## Exercise brief
Please set down the records exactly, keeping every line.

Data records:
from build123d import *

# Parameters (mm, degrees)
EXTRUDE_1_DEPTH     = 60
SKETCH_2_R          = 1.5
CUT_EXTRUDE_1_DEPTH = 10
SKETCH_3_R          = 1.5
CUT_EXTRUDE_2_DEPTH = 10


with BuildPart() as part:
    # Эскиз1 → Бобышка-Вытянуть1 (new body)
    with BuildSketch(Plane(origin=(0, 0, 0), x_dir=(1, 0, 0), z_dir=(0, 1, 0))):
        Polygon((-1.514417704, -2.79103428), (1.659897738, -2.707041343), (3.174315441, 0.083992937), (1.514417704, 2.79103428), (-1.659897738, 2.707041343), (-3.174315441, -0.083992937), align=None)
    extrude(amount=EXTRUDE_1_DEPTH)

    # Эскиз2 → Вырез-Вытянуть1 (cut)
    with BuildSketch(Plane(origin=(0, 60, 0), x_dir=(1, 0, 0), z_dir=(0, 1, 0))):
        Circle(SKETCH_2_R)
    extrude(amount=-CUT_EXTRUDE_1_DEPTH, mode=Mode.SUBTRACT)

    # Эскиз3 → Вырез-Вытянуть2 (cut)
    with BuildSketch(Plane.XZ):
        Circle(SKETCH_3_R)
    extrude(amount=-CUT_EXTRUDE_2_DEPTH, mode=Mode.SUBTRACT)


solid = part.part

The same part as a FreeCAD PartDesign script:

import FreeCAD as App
import Part
import Sketcher
from FreeCAD import Vector

doc = App.newDocument("Part")
body = doc.addObject("PartDesign::Body", "Body")

sketch1 = doc.addObject("Sketcher::SketchObject", "Sketch")
body.addObject(sketch1)
sketch1.AttachmentSupport = (doc.XZ_Plane, [""])
sketch1.MapMode = "FlatFace"
sketch1.addGeometry([
    Part.LineSegment(Vector(-1.514418, 2.791034, 0), Vector(1.659898, 2.707041, 0)),
    Part.LineSegment(Vector(1.659898, 2.707041, 0), Vector(3.174315, -0.083993, 0)),
    Part.LineSegment(Vector(3.174315, -0.083993, 0), Vector(1.514418, -2.791034, 0)),
    Part.LineSegment(Vector(1.514418, -2.791034, 0), Vector(-1.659898, -2.707041, 0)),
    Part.LineSegment(Vector(-1.659898, -2.707041, 0), Vector(-3.174315, 0.083993, 0)),
    Part.LineSegment(Vector(-3.174315, 0.083993, 0), Vector(-1.514418, 2.791034, 0)),
], False)
sketch1.addConstraint([
    Sketcher.Constraint("Coincident", 0, 2, 1, 1),
    Sketcher.Constraint("Coincident", 1, 2, 2, 1),
    Sketcher.Constraint("Coincident", 2, 2, 3, 1),
    Sketcher.Constraint("Coincident", 3, 2, 4, 1),
    Sketcher.Constraint("Coincident", 4, 2, 5, 1),
    Sketcher.Constraint("Coincident", 5, 2, 0, 1),
    Sketcher.Constraint("Symmetric", 0, 2, 3, 2, -1, 1),
    Sketcher.Constraint("Symmetric", 1, 2, 4, 2, -1, 1),
    Sketcher.Constraint("Symmetric", 2, 2, 5, 2, -1, 1),
    Sketcher.Constraint("Equal", 0, 1),
    Sketcher.Constraint("Equal", 1, 2),
    Sketcher.Constraint("DistanceY", -1, 1, 0, 2, 2.707041),
    Sketcher.Constraint("DistanceY", 2, 2, 1, 2, 2.707041),
    Sketcher.Constraint("DistanceX", 2, 2, 0, 2, 0.14548),
    Sketcher.Constraint("DistanceY", 3, 2, 1, 2, 2.623048),
])
pad1 = doc.addObject("PartDesign::Pad", "Pad")
body.addObject(pad1)
pad1.Profile = sketch1
pad1.Length = 60
pad1.Reversed = True

sketch2 = doc.addObject("Sketcher::SketchObject", "Sketch001")
body.addObject(sketch2)
sketch2.AttachmentSupport = (doc.XZ_Plane, [""])
sketch2.MapMode = "FlatFace"
sketch2.AttachmentOffset = App.Placement(Vector(0, 0, -60), App.Rotation())
sketch2.addGeometry(Part.Circle(Vector(0, 0, 0), Vector(0, 0, 1), 1.5), False)
sketch2.addConstraint([
    Sketcher.Constraint("Coincident", 0, 3, -1, 1),
    Sketcher.Constraint("Diameter", 0, 3.0),
])
pocket1 = doc.addObject("PartDesign::Pocket", "Pocket")
body.addObject(pocket1)
pocket1.Profile = sketch2
pocket1.Length = 10
pocket1.Reversed = True

sketch3 = doc.addObject("Sketcher::SketchObject", "Sketch002")
body.addObject(sketch3)
sketch3.AttachmentSupport = (doc.XZ_Plane, [""])
sketch3.MapMode = "FlatFace"
sketch3.addGeometry(Part.Circle(Vector(0, 0, 0), Vector(0, 0, 1), 1.5), False)
sketch3.addConstraint([
    Sketcher.Constraint("Coincident", 0, 3, -1, 1),
    Sketcher.Constraint("Diameter", 0, 3.0),
])
pocket2 = doc.addObject("PartDesign::Pocket", "Pocket001")
body.addObject(pocket2)
pocket2.Profile = sketch3
pocket2.Length = 10

doc.recompute()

## Finished task
from build123d import *

# Parameters (mm, degrees)
EXTRUDE_1_DEPTH     = 60
SKETCH_2_R          = 1.5
CUT_EXTRUDE_1_DEPTH = 10
SKETCH_3_R          = 1.5
CUT_EXTRUDE_2_DEPTH = 10


with BuildPart() as part:
    # Эскиз1 → Бобышка-Вытянуть1 (new body)
    with BuildSketch(Plane(origin=(0, 0, 0), x_dir=(1, 0, 0), z_dir=(0, 1, 0))):
        Polygon((-1.514417704, -2.79103428), (1.659897738, -2.707041343), (3.174315441, 0.083992937), (1.514417704, 2.79103428), (-1.659897738, 2.707041343), (-3.174315441, -0.083992937), align=None)
    extrude(amount=EXTRUDE_1_DEPTH)

    # Эскиз2 → Вырез-Вытянуть1 (cut)
    with BuildSketch(Plane(origin=(0, 60, 0), x_dir=(1, 0, 0), z_dir=(0, 1, 0))):
        Circle(SKETCH_2_R)
    extrude(amount=-CUT_EXTRUDE_1_DEPTH, mode=Mode.SUBTRACT)

    # Эскиз3 → Вырез-Вытянуть2 (cut)
    with BuildSketch(Plane.XZ):
        Circle(SKETCH_3_R)
    extrude(amount=-CUT_EXTRUDE_2_DEPTH, mode=Mode.SUBTRACT)


solid = part.part

The same part as a FreeCAD PartDesign script:

import FreeCAD as App
import Part
import Sketcher
from FreeCAD import Vector

doc = App.newDocument("Part")
body = doc.addObject("PartDesign::Body", "Body")

sketch1 = doc.addObject("Sketcher::SketchObject", "Sketch")
body.addObject(sketch1)
sketch1.AttachmentSupport = (doc.XZ_Plane, [""])
sketch1.MapMode = "FlatFace"
sketch1.addGeometry([
    Part.LineSegment(Vector(-1.514418, 2.791034, 0), Vector(1.659898, 2.707041, 0)),
    Part.LineSegment(Vector(1.659898, 2.707041, 0), Vector(3.174315, -0.083993, 0)),
    Part.LineSegment(Vector(3.174315, -0.083993, 0), Vector(1.514418, -2.791034, 0)),
    Part.LineSegment(Vector(1.514418, -2.791034, 0), Vector(-1.659898, -2.707041, 0)),
    Part.LineSegment(Vector(-1.659898, -2.707041, 0), Vector(-3.174315, 0.083993, 0)),
    Part.LineSegment(Vector(-3.174315, 0.083993, 0), Vector(-1.514418, 2.791034, 0)),
], False)
sketch1.addConstraint([
    Sketcher.Constraint("Coincident", 0, 2, 1, 1),
    Sketcher.Constraint("Coincident", 1, 2, 2, 1),
    Sketcher.Constraint("Coincident", 2, 2, 3, 1),
    Sketcher.Constraint("Coincident", 3, 2, 4, 1),
    Sketcher.Constraint("Coincident", 4, 2, 5, 1),
    Sketcher.Constraint("Coincident", 5, 2, 0, 1),
    Sketcher.Constraint("Symmetric", 0, 2, 3, 2, -1, 1),
    Sketcher.Constraint("Symmetric", 1, 2, 4, 2, -1, 1),
    Sketcher.Constraint("Symmetric", 2, 2, 5, 2, -1, 1),
    Sketcher.Constraint("Equal", 0, 1),
    Sketcher.Constraint("Equal", 1, 2),
    Sketcher.Constraint("DistanceY", -1, 1, 0, 2, 2.707041),
    Sketcher.Constraint("DistanceY", 2, 2, 1, 2, 2.707041),
    Sketcher.Constraint("DistanceX", 2, 2, 0, 2, 0.14548),
    Sketcher.Constraint("DistanceY", 3, 2, 1, 2, 2.623048),
])
pad1 = doc.addObject("PartDesign::Pad", "Pad")
body.addObject(pad1)
pad1.Profile = sketch1
pad1.Length = 60
pad1.Reversed = True

sketch2 = doc.addObject("Sketcher::SketchObject", "Sketch001")
body.addObject(sketch2)
sketch2.AttachmentSupport = (doc.XZ_Plane, [""])
sketch2.MapMode = "FlatFace"
sketch2.AttachmentOffset = App.Placement(Vector(0, 0, -60), App.Rotation())
sketch2.addGeometry(Part.Circle(Vector(0, 0, 0), Vector(0, 0, 1), 1.5), False)
sketch2.addConstraint([
    Sketcher.Constraint("Coincident", 0, 3, -1, 1),
    Sketcher.Constraint("Diameter", 0, 3.0),
])
pocket1 = doc.addObject("PartDesign::Pocket", "Pocket")
body.addObject(pocket1)
pocket1.Profile = sketch2
pocket1.Length = 10
pocket1.Reversed = True

sketch3 = doc.addObject("Sketcher::SketchObject", "Sketch002")
body.addObject(sketch3)
sketch3.AttachmentSupport = (doc.XZ_Plane, [""])
sketch3.MapMode = "FlatFace"
sketch3.addGeometry(Part.Circle(Vector(0, 0, 0), Vector(0, 0, 1), 1.5), False)
sketch3.addConstraint([
    Sketcher.Constraint("Coincident", 0, 3, -1, 1),
    Sketcher.Constraint("Diameter", 0, 3.0),
])
pocket2 = doc.addObject("PartDesign::Pocket", "Pocket001")
body.addObject(pocket2)
pocket2.Profile = sketch3
pocket2.Length = 10

doc.recompute()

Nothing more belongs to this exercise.